Assignment:
Once the line containing "v -101.546 -152.4 5.066" is found in the entries below, restate it and each following line word for word, stopping after the line containing "v -15.821 0 62.534".

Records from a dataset
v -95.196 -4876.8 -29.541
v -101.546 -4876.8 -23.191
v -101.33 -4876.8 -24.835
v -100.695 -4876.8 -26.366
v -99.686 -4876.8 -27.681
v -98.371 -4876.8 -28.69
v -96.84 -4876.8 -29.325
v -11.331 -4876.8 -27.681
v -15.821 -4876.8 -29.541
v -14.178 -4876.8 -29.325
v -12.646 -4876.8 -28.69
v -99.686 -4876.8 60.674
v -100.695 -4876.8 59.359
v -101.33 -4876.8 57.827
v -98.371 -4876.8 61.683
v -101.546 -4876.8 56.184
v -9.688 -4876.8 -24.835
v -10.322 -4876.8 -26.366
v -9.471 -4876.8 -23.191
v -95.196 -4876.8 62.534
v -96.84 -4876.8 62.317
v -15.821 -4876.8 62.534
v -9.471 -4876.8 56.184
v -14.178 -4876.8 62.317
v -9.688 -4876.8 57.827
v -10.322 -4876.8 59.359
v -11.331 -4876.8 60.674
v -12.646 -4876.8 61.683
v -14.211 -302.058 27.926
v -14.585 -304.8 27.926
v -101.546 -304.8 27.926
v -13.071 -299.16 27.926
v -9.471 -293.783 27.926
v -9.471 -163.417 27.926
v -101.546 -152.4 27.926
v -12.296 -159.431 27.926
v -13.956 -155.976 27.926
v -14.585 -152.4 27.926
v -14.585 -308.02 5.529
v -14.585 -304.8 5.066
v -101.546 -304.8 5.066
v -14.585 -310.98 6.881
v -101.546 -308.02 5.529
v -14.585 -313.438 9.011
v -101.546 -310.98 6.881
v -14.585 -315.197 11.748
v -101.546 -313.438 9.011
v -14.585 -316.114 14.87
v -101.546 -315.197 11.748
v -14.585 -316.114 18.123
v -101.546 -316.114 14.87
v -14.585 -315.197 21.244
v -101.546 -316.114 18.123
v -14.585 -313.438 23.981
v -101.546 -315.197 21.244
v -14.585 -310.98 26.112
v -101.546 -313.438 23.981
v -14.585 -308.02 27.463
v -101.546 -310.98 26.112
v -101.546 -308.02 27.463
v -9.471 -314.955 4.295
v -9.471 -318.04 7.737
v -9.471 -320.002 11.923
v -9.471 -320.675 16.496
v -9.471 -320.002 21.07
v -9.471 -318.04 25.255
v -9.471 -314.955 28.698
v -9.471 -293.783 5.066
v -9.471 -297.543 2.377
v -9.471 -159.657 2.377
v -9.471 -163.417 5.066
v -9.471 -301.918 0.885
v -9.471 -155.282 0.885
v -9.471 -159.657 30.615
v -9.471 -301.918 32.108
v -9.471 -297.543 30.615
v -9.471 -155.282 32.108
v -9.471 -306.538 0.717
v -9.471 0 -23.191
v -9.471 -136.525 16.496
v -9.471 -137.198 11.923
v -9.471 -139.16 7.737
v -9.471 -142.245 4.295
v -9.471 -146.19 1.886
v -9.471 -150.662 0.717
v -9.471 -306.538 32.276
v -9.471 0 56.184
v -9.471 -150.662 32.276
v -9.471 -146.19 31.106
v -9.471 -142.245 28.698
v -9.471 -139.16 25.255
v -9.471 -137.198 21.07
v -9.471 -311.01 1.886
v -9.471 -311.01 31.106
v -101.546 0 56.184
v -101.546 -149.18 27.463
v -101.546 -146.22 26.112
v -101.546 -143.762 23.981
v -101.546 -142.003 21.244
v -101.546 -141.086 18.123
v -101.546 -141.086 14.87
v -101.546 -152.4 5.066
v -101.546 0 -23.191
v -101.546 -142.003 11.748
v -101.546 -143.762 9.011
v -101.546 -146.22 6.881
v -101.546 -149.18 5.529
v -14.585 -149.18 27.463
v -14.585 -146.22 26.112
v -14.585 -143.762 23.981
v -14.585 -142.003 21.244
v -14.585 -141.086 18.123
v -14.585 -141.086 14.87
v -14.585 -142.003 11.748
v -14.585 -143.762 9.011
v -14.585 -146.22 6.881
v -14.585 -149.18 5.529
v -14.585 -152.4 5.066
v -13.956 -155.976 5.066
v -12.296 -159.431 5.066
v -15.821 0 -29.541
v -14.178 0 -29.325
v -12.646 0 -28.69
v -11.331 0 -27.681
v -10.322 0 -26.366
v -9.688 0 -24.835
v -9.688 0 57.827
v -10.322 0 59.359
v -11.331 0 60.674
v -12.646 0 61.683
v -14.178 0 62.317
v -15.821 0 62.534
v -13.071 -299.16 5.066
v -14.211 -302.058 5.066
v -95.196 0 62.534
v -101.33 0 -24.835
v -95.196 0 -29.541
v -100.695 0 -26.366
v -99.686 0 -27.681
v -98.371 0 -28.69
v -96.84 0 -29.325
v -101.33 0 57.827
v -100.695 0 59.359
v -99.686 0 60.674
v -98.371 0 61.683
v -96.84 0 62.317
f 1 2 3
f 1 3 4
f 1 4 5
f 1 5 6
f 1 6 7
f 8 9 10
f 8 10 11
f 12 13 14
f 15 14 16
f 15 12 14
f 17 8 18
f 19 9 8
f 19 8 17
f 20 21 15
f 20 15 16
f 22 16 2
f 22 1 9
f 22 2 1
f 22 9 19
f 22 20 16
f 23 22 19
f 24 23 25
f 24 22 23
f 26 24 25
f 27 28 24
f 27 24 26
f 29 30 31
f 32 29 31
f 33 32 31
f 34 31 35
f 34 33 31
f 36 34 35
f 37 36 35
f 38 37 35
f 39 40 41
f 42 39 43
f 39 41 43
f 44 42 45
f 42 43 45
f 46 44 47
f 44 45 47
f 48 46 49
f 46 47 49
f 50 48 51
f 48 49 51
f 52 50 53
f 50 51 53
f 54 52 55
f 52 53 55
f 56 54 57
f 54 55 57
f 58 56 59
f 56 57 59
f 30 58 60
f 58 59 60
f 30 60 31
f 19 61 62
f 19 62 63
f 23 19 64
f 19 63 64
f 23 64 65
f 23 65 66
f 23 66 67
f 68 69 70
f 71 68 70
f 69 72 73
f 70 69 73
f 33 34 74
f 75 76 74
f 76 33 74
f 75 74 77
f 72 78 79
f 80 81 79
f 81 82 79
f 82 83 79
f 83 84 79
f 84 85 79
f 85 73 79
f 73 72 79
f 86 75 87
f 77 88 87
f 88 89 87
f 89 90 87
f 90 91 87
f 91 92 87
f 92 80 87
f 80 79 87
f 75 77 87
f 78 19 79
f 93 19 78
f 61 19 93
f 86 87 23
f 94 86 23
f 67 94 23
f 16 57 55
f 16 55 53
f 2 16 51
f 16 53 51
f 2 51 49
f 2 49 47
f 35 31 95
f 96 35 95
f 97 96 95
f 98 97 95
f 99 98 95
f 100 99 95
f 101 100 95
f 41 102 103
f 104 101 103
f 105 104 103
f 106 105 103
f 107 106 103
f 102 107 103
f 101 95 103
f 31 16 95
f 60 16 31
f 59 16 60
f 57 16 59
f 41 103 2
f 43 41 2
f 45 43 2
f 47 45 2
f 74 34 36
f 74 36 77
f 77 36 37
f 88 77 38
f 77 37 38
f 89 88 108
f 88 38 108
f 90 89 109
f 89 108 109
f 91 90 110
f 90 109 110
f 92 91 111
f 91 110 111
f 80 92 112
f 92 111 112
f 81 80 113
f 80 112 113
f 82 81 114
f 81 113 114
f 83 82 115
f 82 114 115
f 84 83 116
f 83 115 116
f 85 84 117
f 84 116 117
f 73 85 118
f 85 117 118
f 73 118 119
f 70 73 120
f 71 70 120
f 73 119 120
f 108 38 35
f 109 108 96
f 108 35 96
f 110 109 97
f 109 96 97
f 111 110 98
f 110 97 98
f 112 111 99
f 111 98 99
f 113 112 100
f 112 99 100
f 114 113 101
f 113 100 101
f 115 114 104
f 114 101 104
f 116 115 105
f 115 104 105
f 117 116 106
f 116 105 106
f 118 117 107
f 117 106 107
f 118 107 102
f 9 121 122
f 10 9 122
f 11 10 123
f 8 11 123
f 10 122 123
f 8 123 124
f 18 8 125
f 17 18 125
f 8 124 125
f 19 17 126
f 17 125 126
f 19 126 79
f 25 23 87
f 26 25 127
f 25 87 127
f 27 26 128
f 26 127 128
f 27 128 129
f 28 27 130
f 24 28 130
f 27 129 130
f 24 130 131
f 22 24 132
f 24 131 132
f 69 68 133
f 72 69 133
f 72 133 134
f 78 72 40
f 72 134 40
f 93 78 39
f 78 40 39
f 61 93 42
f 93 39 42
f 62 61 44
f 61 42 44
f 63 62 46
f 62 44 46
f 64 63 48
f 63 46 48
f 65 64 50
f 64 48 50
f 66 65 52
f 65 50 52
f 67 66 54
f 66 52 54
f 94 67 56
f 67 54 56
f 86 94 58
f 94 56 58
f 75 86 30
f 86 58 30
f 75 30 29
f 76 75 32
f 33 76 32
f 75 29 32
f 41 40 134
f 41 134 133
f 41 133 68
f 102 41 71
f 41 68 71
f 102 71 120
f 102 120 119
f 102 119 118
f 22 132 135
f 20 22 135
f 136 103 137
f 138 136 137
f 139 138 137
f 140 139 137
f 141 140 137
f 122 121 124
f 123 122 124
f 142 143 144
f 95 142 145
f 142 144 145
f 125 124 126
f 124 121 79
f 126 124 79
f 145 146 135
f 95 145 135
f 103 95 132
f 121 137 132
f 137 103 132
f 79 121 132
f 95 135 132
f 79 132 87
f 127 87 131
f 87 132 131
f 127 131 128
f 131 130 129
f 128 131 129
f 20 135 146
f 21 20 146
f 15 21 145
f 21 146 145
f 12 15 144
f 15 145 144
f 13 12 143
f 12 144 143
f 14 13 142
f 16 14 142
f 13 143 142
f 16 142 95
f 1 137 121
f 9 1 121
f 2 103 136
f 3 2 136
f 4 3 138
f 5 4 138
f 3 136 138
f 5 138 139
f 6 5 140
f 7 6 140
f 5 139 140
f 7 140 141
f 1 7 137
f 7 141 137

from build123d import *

# Parameters (mm, degrees)
F1_DEPTH       = 4876.8
F3_D           = 22.86
F3_CSINK_D     = 31.75
F3_CSINK_ANGLE = 82
F4_D           = 22.86
F4_CSINK_D     = 31.75
F4_CSINK_ANGLE = 82
F5_W           = 152.4
F5_H           = 22.86
F6_DEPTH       = 101.6


with BuildPart() as f1:
    # F0 (on Front) → F1 (new body)
    with BuildSketch(Plane.XZ):
        with BuildLine():
            Line((-15.821142, 62.533787), (-95.196142, 62.533787))
            ThreePointArc((-95.196142, 62.533787), (-99.686271, 60.673915), (-101.546142, 56.183787))
            Line((-101.546142, 56.183787), (-101.546142, -23.191213))
            ThreePointArc((-101.546142, -23.191213), (-99.686271, -27.681341), (-95.196142, -29.541213))
            Line((-95.196142, -29.541213), (-15.821142, -29.541213))
            ThreePointArc((-15.821142, -29.541213), (-11.331014, -27.681341), (-9.471142, -23.191213))
            Line((-9.471142, -23.191213), (-9.471142, 56.183787))
            ThreePointArc((-9.471142, 56.183787), (-11.331014, 60.673915), (-15.821142, 62.533787))
        make_face()
    extrude(amount=F1_DEPTH)

    # F3 (through all)
    with Locations(Plane.YZ.offset(-9.471142)):
        with Locations((-304.8, 16.496287)):
            CounterSinkHole(F3_D / 2, F3_CSINK_D / 2, counter_sink_angle=F3_CSINK_ANGLE)

    # F4 (through all)
    with Locations(Plane.YZ.offset(-9.471142)):
        with Locations((-152.4, 16.496287)):
            CounterSinkHole(F4_D / 2, F4_CSINK_D / 2, counter_sink_angle=F4_CSINK_ANGLE)

    # F5 (on face) → F6 (cut)
    with BuildSketch(Plane.YZ.offset(-9.471142)):
        with Locations((-228.6, 16.496287)):
            Rectangle(F5_W, F5_H)
    extrude(amount=-F6_DEPTH, mode=Mode.SUBTRACT)


solid = f1.part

Answer to the problem:
v -101.546 -152.4 5.066
v -101.546 0 -23.191
v -101.546 -142.003 11.748
v -101.546 -143.762 9.011
v -101.546 -146.22 6.881
v -101.546 -149.18 5.529
v -14.585 -149.18 27.463
v -14.585 -146.22 26.112
v -14.585 -143.762 23.981
v -14.585 -142.003 21.244
v -14.585 -141.086 18.123
v -14.585 -141.086 14.87
v -14.585 -142.003 11.748
v -14.585 -143.762 9.011
v -14.585 -146.22 6.881
v -14.585 -149.18 5.529
v -14.585 -152.4 5.066
v -13.956 -155.976 5.066
v -12.296 -159.431 5.066
v -15.821 0 -29.541
v -14.178 0 -29.325
v -12.646 0 -28.69
v -11.331 0 -27.681
v -10.322 0 -26.366
v -9.688 0 -24.835
v -9.688 0 57.827
v -10.322 0 59.359
v -11.331 0 60.674
v -12.646 0 61.683
v -14.178 0 62.317
v -15.821 0 62.534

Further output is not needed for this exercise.